TASK OBJECTIVE:
Quote the entries below from the line with "f 939 523 546" through the line with "f 749 614 613", both ends included, and only those lines.
TASK DATA: Begin
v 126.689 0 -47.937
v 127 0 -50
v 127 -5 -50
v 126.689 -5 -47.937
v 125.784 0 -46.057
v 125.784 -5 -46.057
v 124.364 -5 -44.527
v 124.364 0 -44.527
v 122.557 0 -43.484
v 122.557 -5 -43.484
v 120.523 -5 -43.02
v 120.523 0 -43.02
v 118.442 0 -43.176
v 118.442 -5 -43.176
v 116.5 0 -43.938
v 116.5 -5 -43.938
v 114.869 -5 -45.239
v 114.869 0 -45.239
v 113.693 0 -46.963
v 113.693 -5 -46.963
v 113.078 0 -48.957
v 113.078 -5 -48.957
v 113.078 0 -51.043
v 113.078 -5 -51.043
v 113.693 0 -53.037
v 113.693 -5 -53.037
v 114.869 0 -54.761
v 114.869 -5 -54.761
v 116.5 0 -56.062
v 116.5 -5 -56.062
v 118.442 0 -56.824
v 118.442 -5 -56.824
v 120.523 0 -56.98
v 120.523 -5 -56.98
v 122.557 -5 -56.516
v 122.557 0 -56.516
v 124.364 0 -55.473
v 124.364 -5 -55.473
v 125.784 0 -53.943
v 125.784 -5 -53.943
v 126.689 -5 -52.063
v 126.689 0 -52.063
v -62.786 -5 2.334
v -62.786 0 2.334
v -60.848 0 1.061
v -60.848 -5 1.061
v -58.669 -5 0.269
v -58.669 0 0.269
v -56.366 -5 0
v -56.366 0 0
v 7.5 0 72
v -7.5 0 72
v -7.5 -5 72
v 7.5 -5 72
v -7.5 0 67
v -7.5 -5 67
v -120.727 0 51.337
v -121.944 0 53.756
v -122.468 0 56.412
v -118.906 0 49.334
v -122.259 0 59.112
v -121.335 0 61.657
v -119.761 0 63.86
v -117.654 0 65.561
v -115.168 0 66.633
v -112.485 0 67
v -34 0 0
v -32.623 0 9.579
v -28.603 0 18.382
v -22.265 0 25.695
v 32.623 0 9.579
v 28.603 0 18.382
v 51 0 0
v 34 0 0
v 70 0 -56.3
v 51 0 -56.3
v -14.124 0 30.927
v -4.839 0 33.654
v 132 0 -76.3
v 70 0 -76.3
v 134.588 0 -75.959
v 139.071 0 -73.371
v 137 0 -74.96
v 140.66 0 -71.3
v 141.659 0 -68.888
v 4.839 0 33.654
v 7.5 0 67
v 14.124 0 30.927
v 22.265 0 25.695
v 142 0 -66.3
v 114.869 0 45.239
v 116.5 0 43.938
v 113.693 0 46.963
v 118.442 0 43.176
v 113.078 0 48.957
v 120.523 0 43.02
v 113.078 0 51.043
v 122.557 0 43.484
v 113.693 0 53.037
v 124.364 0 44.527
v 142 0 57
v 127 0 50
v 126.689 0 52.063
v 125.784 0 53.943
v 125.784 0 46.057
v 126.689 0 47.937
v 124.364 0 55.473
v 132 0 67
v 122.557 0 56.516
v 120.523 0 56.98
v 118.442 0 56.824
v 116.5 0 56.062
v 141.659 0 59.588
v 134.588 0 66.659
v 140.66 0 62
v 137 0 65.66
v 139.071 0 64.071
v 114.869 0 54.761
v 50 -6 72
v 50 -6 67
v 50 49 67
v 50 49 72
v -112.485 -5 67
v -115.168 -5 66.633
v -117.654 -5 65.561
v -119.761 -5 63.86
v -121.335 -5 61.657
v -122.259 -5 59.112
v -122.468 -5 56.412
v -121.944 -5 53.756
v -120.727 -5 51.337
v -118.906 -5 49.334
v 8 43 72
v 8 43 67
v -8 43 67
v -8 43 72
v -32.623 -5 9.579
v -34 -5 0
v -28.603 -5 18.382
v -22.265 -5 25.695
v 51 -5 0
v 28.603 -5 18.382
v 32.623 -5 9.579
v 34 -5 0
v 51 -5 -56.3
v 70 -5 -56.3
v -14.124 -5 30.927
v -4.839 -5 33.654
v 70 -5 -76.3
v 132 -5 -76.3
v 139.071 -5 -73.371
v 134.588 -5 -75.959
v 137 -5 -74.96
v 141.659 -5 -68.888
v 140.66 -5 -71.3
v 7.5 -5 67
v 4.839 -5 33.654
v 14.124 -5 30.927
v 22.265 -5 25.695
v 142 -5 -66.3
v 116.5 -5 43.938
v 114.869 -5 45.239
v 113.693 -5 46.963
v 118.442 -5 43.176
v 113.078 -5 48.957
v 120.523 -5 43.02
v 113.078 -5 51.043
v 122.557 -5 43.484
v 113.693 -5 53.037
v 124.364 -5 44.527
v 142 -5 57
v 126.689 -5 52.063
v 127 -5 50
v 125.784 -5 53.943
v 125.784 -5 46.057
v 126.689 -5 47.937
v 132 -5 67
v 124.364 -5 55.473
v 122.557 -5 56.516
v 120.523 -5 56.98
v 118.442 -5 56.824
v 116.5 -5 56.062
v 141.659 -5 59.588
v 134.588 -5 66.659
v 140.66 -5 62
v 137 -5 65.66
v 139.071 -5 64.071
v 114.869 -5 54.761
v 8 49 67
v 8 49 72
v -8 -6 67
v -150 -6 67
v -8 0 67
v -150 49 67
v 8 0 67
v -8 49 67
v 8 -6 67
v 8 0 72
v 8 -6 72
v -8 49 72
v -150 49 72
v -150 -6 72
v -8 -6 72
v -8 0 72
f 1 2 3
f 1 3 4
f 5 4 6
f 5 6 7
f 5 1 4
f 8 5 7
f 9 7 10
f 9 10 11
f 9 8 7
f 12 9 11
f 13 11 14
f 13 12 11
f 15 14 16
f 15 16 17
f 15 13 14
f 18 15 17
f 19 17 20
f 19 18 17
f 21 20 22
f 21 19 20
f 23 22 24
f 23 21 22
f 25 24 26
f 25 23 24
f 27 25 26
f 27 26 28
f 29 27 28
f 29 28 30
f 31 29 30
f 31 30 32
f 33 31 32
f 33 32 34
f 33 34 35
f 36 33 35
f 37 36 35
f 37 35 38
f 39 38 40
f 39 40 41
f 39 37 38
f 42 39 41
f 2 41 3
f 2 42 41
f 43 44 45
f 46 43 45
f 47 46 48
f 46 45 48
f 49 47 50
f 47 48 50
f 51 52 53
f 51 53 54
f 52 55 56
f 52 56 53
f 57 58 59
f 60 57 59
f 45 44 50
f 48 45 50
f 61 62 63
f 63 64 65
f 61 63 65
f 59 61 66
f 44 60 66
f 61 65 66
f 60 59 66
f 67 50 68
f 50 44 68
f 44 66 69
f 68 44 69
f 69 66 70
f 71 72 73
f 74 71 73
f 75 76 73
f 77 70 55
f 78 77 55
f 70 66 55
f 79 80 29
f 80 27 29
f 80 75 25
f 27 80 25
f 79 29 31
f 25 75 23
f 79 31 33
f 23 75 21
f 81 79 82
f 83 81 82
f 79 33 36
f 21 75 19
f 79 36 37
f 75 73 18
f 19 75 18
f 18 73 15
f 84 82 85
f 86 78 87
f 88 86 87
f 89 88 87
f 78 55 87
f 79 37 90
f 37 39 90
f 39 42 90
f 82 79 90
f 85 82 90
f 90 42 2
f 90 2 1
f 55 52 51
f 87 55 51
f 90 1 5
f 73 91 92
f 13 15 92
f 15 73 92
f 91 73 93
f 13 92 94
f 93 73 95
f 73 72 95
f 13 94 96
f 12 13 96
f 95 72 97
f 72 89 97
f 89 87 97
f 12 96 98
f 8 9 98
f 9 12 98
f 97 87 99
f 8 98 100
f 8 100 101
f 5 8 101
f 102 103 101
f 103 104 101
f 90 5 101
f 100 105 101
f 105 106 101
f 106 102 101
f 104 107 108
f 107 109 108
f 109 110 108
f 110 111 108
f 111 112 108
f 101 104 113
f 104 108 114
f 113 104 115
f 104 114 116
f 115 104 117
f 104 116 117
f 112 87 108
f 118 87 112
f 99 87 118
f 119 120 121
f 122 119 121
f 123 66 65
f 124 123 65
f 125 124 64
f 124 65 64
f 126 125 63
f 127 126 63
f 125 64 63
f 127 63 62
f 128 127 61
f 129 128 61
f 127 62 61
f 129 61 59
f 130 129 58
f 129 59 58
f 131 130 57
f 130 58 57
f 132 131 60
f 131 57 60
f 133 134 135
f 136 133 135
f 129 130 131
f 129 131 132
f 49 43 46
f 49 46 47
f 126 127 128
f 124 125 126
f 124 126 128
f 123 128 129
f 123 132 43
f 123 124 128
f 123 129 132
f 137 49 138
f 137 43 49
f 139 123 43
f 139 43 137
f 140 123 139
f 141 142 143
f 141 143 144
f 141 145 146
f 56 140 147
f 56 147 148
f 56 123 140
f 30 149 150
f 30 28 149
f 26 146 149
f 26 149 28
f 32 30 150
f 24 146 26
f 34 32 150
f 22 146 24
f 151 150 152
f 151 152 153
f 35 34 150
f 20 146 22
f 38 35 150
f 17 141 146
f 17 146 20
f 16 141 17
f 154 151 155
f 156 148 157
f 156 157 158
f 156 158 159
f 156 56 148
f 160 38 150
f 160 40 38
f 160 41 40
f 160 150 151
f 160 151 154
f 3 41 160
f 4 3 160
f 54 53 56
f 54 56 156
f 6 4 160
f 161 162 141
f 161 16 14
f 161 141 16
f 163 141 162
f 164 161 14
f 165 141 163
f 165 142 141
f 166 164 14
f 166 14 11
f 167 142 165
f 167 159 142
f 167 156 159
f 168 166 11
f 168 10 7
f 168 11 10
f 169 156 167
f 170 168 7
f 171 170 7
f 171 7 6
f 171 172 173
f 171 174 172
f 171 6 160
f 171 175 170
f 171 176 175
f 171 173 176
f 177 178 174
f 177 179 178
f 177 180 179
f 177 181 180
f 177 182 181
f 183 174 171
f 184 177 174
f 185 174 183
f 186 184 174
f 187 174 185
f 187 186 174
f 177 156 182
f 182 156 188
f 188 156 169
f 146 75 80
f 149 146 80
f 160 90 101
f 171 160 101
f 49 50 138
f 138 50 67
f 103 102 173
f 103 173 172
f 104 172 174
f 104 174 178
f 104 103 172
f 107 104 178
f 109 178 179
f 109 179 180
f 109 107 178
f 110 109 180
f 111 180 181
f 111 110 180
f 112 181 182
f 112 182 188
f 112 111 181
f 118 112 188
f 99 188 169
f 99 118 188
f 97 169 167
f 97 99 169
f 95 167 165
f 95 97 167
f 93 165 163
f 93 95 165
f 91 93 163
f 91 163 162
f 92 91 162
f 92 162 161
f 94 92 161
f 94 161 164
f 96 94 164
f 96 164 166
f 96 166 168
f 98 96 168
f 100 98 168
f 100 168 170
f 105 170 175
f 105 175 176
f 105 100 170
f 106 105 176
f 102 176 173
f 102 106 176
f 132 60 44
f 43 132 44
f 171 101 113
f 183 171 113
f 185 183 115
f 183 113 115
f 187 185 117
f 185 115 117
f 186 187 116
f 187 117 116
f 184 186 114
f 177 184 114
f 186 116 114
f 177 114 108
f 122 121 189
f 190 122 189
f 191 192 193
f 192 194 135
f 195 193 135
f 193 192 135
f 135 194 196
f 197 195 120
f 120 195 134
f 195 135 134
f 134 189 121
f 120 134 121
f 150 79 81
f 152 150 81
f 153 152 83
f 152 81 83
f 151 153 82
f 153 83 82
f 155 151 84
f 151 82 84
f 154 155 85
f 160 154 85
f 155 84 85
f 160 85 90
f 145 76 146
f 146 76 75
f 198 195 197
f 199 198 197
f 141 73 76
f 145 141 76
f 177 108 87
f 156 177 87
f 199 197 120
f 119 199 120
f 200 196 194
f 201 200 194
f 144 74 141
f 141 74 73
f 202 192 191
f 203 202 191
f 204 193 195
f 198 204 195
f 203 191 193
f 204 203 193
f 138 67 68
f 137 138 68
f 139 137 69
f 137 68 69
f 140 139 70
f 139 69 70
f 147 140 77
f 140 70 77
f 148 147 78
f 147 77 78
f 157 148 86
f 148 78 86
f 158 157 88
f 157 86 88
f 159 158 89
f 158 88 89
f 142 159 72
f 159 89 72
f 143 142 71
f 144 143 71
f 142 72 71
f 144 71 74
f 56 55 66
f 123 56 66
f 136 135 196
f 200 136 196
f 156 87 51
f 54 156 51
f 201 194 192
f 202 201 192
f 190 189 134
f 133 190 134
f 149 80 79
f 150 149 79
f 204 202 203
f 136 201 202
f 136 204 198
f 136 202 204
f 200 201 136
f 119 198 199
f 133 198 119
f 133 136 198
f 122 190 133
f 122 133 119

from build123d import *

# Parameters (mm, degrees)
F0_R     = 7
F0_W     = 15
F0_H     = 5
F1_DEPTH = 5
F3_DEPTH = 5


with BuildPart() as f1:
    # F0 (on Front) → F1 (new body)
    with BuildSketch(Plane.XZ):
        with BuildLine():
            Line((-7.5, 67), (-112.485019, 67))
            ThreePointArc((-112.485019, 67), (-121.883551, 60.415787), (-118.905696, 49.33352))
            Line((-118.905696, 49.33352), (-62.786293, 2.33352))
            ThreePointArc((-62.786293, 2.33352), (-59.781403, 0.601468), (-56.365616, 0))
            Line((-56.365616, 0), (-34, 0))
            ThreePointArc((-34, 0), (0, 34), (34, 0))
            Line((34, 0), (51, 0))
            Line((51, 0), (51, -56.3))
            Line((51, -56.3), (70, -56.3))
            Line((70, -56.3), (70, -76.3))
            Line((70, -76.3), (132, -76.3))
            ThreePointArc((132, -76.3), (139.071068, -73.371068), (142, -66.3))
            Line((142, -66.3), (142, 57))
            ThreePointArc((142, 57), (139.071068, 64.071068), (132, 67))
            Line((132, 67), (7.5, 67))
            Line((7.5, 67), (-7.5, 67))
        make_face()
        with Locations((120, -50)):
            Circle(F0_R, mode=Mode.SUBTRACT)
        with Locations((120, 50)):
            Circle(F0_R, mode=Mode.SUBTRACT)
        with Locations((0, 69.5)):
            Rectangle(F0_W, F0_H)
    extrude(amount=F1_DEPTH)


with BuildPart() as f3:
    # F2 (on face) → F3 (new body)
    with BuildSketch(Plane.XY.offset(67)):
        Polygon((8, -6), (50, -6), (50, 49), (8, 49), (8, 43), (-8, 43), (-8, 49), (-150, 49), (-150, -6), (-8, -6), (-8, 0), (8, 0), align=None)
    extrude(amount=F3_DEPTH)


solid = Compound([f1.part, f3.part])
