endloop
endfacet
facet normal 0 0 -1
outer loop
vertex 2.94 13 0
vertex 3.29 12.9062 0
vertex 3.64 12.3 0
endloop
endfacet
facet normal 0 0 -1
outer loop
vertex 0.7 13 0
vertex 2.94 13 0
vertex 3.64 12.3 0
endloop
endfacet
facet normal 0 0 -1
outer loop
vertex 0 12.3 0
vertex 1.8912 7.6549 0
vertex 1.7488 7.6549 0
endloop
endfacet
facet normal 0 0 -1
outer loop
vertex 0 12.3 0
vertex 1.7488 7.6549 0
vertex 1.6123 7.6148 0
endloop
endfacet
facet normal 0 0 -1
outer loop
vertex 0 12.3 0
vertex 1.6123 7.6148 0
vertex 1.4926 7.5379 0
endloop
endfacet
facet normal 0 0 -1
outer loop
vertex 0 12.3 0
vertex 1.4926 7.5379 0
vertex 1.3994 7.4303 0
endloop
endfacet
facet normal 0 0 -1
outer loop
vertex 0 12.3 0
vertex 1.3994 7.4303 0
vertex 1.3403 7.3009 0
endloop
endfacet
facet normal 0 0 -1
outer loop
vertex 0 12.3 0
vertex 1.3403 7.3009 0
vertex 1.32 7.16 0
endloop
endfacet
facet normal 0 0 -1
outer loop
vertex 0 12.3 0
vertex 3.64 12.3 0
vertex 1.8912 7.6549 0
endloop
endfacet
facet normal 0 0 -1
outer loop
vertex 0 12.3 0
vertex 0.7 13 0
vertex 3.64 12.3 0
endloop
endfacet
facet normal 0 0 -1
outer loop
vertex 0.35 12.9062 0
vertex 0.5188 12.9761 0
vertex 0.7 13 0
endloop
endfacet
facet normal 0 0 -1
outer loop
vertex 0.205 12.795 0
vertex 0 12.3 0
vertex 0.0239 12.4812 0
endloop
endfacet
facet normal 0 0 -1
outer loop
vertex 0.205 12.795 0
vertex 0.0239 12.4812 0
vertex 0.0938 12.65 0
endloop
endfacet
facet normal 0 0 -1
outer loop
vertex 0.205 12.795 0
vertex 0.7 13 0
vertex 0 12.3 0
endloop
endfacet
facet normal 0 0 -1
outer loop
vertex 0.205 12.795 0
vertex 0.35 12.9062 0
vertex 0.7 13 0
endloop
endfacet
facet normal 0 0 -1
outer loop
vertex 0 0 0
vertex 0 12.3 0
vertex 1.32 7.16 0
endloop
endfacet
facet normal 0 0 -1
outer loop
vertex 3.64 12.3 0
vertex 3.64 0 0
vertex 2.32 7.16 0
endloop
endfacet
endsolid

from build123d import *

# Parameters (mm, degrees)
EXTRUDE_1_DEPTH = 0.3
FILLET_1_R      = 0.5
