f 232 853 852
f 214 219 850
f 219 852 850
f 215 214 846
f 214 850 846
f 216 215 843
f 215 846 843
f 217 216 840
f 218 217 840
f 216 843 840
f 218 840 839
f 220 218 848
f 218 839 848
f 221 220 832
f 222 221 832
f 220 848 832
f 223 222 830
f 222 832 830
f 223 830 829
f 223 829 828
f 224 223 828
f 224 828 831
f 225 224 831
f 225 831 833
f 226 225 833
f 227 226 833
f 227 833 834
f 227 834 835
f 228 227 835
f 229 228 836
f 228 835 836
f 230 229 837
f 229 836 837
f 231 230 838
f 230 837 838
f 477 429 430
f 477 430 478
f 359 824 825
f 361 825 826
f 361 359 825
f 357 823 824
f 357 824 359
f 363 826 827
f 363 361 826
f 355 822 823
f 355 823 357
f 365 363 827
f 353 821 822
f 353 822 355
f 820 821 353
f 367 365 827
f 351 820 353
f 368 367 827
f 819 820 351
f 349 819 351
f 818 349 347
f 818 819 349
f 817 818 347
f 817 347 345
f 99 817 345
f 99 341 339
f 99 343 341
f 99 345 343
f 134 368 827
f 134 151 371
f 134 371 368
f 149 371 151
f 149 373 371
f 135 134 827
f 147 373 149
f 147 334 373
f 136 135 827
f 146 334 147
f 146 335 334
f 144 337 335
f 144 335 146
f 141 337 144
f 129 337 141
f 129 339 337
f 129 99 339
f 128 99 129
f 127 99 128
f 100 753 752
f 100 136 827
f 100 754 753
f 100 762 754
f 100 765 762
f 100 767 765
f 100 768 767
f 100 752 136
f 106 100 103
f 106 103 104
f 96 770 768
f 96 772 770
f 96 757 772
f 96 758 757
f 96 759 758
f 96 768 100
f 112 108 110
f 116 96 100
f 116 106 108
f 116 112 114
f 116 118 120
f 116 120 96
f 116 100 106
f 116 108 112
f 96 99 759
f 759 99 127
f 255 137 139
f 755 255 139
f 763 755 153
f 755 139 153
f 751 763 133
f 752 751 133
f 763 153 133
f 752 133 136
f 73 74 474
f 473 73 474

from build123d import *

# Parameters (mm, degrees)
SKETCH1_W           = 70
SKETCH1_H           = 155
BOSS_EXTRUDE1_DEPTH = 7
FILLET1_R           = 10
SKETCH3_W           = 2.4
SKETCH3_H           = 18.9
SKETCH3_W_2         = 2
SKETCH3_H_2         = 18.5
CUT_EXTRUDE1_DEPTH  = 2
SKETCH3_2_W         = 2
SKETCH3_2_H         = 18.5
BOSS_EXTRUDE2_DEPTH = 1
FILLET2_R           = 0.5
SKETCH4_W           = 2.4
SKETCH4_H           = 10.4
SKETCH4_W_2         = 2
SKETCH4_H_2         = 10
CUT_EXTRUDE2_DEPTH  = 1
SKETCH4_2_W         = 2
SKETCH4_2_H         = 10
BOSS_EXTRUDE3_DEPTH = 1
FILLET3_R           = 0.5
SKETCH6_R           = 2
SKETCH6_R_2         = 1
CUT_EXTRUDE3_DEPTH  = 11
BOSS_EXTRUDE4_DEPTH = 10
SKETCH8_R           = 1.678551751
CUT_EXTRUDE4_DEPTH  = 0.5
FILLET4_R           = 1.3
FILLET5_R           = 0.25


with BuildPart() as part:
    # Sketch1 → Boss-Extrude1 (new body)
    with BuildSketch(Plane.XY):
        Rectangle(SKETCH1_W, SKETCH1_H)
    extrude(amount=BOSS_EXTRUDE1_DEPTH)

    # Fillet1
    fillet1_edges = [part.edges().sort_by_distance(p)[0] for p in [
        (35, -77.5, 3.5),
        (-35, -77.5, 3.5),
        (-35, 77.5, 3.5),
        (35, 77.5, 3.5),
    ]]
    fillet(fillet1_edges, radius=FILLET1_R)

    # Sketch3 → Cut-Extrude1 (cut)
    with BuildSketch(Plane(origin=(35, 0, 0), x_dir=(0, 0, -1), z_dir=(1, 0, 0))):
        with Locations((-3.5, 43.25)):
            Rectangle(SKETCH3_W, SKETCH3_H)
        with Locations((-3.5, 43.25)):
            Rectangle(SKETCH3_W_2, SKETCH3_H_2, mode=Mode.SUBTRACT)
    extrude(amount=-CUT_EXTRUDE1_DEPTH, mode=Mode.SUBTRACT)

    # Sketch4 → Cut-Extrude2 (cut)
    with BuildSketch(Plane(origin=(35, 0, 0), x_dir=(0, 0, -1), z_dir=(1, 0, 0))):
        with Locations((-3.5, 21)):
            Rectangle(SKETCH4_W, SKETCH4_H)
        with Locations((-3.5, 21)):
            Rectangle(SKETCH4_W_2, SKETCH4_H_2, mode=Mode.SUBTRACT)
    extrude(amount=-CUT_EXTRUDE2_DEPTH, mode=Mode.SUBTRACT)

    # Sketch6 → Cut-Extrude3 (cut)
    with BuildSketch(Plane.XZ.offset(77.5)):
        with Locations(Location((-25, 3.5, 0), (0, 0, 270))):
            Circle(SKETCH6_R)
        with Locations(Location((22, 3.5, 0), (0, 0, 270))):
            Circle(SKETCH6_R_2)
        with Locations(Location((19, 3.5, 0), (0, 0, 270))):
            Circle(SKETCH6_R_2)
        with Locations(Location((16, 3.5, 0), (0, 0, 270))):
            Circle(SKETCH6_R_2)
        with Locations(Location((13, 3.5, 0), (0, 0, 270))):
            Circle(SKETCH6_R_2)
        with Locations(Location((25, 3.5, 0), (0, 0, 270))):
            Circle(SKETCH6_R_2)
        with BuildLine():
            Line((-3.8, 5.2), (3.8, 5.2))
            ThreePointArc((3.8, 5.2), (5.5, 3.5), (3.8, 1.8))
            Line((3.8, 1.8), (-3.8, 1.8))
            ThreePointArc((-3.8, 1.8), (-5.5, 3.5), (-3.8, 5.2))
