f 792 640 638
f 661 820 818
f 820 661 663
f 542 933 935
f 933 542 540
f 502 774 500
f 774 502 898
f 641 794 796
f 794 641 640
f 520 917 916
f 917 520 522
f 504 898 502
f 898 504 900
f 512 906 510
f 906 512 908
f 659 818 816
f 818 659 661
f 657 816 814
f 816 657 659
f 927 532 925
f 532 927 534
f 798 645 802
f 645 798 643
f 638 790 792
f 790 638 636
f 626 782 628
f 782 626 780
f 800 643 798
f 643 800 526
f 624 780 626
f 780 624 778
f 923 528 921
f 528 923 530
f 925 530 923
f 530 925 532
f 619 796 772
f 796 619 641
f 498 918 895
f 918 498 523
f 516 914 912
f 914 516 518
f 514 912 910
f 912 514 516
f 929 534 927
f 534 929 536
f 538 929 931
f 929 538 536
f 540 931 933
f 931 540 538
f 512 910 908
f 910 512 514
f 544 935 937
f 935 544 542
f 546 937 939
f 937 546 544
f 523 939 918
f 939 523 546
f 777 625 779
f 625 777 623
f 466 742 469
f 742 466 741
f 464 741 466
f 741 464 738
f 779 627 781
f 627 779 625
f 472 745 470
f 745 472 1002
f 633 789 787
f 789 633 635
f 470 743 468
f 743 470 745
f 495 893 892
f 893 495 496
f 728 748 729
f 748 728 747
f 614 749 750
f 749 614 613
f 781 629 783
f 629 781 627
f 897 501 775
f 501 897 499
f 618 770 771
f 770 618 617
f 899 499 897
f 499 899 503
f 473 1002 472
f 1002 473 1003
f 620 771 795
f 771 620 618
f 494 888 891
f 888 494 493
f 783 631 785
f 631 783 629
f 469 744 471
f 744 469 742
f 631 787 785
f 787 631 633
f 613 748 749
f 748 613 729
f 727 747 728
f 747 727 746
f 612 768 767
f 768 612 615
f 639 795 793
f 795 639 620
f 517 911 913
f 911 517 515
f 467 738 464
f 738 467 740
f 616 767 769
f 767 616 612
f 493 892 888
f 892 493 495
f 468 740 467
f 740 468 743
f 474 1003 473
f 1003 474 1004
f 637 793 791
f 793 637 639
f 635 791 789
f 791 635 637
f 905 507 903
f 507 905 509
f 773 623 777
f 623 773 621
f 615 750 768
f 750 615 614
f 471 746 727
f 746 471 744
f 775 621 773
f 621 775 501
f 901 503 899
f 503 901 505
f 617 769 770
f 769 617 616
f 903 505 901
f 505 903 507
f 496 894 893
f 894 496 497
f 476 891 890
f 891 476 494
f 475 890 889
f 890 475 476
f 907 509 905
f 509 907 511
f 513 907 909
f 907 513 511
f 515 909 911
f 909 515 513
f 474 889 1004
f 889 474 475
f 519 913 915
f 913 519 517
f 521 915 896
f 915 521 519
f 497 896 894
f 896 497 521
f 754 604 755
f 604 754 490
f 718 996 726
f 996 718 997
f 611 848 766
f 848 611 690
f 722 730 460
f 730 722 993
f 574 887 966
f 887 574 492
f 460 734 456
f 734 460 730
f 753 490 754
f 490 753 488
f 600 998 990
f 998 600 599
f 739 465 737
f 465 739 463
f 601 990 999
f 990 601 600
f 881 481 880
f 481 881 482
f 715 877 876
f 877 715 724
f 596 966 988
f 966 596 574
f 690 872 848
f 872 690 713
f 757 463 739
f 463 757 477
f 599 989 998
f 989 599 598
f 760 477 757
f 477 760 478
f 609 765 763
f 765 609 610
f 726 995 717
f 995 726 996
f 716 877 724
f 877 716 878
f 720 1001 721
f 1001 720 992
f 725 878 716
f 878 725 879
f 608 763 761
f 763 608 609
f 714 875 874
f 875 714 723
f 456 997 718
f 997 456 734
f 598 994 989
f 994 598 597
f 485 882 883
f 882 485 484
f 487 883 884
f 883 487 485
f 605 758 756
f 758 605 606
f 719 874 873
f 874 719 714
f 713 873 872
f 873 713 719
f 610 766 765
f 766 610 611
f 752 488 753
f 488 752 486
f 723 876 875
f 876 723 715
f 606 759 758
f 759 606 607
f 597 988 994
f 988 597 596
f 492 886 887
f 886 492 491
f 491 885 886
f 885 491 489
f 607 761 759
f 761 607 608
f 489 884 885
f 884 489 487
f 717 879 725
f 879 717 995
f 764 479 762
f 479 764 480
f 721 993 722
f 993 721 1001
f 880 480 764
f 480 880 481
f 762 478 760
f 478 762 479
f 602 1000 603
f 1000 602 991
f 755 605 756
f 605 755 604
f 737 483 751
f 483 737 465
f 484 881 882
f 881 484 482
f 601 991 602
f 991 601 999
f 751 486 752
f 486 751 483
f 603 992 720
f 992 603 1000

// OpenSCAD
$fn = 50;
TASK DATA: End
RESULT OF THE EXERCISE:
f 939 523 546
f 777 625 779
f 625 777 623
f 466 742 469
f 742 466 741
f 464 741 466
f 741 464 738
f 779 627 781
f 627 779 625
f 472 745 470
f 745 472 1002
f 633 789 787
f 789 633 635
f 470 743 468
f 743 470 745
f 495 893 892
f 893 495 496
f 728 748 729
f 748 728 747
f 614 749 750
f 749 614 613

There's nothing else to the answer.